In Final Days Before Recess, Congress Passes Legislation to Support Forest Trails
Trail lovers have something new to be thankful for during the holiday: the Senate passed a bill to preserve trails.
Hikers have something new to be thankful for during the holiday: the Senate passed a bill to support trails. The legislation passed in the House of Representatives in September.
The National Forest System Trails Stewardship Act (HR 845) will give the United States Forest Service two years to come up with a strategy to increase volunteerism and other innovative solutions to maintain more than 157,000 miles of trails across the nation.
The bill has been praised by hikers, equestrians, motorized users and other recreation enthusiasts as a much-needed step toward comprehensive stewardship of trails. The goal of the legislation is to increase volunteers on Forest Service trails by 100 percent in 5 years. The Secretary of Agriculture will also select between nine and 15 priority areas for trail maintenance and improvements.
Other benefits of the bill include:
- Address barriers to volunteerism on public lands;
- Assess opportunities to use fire crews to repair trails;
- Prioritize partnerships in areas where maintenance backlogs are jeopardizing access to National Forest lands; and
- Establishes a pilot program to offset fees with stewardship credits for outdoor guide permits.

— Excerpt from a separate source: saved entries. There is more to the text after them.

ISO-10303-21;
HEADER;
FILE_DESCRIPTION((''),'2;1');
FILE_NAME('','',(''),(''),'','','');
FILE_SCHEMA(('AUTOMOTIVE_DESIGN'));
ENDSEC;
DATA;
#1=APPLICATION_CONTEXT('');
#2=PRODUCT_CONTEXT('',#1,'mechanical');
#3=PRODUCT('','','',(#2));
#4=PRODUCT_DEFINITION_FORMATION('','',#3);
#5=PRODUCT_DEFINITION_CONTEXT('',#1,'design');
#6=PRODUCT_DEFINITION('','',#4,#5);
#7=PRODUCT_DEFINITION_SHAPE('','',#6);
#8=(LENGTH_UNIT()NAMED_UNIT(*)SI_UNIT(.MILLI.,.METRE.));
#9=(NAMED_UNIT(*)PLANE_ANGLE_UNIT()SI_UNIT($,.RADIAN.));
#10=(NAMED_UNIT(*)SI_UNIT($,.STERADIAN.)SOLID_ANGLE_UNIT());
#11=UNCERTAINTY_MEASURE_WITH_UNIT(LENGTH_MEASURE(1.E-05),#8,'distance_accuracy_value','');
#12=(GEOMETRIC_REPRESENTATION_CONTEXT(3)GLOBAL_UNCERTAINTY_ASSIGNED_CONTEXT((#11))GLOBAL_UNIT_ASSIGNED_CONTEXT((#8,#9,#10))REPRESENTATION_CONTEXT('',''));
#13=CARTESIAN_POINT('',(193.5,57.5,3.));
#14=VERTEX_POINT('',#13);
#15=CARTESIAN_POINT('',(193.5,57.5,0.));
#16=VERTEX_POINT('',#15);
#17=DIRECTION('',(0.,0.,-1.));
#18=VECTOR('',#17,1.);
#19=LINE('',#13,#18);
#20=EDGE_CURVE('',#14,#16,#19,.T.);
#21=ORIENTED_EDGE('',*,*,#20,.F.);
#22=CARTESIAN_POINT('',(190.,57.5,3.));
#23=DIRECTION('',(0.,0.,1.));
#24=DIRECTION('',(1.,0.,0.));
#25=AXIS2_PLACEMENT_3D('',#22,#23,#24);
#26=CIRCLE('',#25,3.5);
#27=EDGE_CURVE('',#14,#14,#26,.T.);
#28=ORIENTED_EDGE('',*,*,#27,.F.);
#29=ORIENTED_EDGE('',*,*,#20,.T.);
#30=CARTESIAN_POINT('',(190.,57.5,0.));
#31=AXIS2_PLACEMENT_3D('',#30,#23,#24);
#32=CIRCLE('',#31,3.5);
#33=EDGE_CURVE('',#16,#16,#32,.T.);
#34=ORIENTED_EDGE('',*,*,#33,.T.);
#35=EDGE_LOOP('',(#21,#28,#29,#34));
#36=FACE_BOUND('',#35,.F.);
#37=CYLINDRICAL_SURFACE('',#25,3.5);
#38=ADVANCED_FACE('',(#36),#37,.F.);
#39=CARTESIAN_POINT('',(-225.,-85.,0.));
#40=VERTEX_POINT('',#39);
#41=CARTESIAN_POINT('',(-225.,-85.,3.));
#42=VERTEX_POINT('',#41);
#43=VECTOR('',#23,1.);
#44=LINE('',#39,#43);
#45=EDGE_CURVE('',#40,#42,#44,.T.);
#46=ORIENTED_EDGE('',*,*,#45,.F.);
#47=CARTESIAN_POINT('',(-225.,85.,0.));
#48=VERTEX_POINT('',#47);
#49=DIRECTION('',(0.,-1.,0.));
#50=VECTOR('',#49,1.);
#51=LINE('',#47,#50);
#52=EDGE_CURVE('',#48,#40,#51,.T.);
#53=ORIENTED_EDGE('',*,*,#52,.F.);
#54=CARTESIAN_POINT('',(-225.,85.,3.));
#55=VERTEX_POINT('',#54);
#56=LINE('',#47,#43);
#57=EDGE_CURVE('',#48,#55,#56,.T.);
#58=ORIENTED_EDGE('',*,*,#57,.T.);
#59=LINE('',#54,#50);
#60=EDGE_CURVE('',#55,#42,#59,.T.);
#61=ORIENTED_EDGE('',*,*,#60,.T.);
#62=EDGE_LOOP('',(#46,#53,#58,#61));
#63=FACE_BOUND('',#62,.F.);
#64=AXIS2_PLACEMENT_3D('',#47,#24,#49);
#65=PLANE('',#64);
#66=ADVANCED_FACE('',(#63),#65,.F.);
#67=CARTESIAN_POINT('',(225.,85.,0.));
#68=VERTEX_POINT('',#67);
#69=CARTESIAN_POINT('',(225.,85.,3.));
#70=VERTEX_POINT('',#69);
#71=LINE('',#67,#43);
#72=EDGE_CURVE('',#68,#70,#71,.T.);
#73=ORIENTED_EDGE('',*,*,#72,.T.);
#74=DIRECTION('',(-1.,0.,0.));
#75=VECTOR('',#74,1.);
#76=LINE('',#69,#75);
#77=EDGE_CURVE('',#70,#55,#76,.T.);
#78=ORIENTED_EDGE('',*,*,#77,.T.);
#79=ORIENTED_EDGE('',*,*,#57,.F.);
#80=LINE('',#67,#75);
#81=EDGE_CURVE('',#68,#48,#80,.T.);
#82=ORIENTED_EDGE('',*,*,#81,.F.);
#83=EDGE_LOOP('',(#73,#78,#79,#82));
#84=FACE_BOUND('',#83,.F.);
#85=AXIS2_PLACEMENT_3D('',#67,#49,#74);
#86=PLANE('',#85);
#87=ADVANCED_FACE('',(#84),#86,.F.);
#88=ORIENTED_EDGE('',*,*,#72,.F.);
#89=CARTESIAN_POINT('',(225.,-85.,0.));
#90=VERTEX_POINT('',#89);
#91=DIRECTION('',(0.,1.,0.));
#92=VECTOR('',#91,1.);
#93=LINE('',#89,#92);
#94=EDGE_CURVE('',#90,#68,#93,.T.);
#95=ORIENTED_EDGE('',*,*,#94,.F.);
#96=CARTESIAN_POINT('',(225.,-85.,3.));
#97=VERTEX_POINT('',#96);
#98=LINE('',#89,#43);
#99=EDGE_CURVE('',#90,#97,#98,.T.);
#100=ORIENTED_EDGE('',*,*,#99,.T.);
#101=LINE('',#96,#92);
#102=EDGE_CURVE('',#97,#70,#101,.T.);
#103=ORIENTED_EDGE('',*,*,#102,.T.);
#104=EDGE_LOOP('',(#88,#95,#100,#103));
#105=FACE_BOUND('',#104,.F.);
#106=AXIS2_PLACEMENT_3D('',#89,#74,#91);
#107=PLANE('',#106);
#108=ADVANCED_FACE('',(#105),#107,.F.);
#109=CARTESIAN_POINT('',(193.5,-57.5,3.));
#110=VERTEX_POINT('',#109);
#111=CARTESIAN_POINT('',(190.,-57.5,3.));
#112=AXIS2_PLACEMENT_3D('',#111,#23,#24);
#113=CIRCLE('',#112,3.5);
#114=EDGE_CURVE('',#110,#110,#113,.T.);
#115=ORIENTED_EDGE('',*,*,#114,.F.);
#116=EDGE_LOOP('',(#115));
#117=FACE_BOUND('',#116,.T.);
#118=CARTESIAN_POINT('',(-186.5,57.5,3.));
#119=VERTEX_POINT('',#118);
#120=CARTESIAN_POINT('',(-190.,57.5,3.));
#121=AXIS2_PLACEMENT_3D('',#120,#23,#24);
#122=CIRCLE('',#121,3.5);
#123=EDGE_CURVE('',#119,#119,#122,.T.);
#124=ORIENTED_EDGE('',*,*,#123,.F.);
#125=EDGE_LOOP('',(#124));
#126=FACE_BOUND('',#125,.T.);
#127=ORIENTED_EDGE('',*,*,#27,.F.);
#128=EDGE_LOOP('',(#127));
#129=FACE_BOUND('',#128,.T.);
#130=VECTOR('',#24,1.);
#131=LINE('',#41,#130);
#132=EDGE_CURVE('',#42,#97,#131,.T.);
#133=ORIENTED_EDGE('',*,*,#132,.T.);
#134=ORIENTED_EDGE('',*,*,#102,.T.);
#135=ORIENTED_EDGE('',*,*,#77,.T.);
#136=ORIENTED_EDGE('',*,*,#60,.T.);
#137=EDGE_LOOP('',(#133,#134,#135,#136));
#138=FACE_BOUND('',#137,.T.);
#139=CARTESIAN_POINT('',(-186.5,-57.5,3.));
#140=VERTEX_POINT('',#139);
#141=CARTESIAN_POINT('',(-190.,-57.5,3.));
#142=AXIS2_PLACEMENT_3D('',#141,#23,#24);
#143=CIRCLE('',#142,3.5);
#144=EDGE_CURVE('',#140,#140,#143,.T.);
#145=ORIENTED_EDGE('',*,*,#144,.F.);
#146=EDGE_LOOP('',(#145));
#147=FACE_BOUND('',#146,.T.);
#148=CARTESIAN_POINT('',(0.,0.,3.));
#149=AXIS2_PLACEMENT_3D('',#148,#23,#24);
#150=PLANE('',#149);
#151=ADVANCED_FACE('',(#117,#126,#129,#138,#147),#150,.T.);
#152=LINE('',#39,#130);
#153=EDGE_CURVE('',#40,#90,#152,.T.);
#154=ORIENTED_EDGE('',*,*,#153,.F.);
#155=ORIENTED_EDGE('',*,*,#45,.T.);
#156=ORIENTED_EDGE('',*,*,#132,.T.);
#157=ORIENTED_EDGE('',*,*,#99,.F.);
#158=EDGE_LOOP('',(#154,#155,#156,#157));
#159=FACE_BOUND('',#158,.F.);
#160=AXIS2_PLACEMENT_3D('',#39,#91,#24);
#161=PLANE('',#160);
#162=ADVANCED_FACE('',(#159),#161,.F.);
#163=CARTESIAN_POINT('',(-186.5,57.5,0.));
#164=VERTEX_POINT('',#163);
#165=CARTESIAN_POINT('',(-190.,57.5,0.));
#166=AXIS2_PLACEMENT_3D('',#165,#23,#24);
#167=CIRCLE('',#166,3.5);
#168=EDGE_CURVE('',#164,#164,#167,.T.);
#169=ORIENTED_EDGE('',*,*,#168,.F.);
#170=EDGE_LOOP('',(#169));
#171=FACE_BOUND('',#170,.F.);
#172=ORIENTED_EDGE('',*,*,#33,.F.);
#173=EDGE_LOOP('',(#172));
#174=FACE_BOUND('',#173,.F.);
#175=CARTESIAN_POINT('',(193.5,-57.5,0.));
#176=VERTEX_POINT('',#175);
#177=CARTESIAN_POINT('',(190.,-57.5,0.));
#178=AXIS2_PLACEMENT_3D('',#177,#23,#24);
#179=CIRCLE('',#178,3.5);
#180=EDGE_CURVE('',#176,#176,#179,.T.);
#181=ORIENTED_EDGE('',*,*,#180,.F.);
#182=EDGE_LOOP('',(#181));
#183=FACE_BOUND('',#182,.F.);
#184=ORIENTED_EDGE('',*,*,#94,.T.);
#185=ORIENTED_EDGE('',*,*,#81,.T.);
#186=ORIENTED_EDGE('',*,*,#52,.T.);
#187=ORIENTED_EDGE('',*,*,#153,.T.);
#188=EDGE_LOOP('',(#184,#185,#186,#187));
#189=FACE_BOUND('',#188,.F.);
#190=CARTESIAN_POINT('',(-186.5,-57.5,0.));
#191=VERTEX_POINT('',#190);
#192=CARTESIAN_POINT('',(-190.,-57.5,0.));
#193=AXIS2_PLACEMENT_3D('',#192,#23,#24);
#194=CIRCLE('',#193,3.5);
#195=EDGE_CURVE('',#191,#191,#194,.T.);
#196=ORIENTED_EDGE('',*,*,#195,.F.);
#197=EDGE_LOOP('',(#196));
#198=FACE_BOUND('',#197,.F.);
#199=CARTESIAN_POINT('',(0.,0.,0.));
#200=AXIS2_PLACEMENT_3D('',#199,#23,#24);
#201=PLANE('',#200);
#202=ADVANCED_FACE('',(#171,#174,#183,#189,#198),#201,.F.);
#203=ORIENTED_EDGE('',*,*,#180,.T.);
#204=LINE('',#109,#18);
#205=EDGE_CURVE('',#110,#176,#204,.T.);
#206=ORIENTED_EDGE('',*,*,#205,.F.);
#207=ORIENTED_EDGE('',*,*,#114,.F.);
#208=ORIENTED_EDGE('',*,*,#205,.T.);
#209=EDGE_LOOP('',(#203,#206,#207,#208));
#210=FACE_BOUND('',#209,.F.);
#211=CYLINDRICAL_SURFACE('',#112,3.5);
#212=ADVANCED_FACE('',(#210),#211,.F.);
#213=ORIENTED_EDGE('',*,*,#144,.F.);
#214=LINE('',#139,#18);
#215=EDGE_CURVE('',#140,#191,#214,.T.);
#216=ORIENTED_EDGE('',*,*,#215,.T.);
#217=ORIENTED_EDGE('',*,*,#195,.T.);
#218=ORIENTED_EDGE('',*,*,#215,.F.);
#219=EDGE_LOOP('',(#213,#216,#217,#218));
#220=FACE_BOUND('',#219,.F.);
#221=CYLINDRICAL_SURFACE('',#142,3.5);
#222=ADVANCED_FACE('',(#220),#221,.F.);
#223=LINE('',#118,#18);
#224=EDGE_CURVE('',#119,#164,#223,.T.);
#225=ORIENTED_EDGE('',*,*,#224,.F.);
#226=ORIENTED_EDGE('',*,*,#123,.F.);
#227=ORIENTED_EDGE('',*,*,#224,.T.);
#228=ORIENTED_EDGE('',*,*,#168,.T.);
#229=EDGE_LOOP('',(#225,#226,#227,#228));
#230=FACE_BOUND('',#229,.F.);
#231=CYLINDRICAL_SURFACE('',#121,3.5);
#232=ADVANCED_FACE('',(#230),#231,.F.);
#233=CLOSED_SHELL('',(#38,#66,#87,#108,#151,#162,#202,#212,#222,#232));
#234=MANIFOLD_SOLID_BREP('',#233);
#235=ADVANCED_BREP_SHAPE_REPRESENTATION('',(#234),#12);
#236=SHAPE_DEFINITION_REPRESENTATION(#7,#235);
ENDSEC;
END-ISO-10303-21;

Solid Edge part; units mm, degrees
sketch "Sketch1" plane through (0, 0, 0) normal (0, 0, 1) x (1, 0, 0)
  line L0 (-225, -85) -> (225, -85)
  line L1 (225, -85) -> (225, 85)
  line L2 (225, 85) -> (-225, 85)
  line L3 (-225, 85) -> (-225, -85)
  dimension "D1" = 450
  dimension "D2" = 170
extrude "Protrusion1" add sketch "Sketch1" along normal blind 3
sketch "Sketch2" plane through (0, 0, 3) normal (0, 0, 1) x (1, 0, 0)
  circle A0 centre (-190, 57.5) radius 3.5
  circle A1 centre (-190, -57.5) radius 3.5
  circle A2 centre (190, -57.5) radius 3.5
  circle A3 centre (190, 57.5) radius 3.5
  dimension "D1" = 380
  dimension "D2" = 115
  dimension "D3" = 7
extrude "Cutout1" cut sketch "Sketch2" against normal through all
properties material "Nylon, allgemein"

Bipartisan support for public lands is more important now than ever as interest in outdoor recreation increases and land managers face the challenge of shrinking budgets. A 2013 report from the Government Accountability Office found that the Forest Service is currently able to maintain just a quarter of its trails to the agency's standards under recent budget allocations. The report also found that almost two-thirds of trails receive no maintenance.The passage of this bill is a step in the right direction for America's great outdoors and will allow the Forest Service to address some of the maintenance backlog to improve trail experiences for everyone.
The President is expected to sign the bill into law by the end of the year.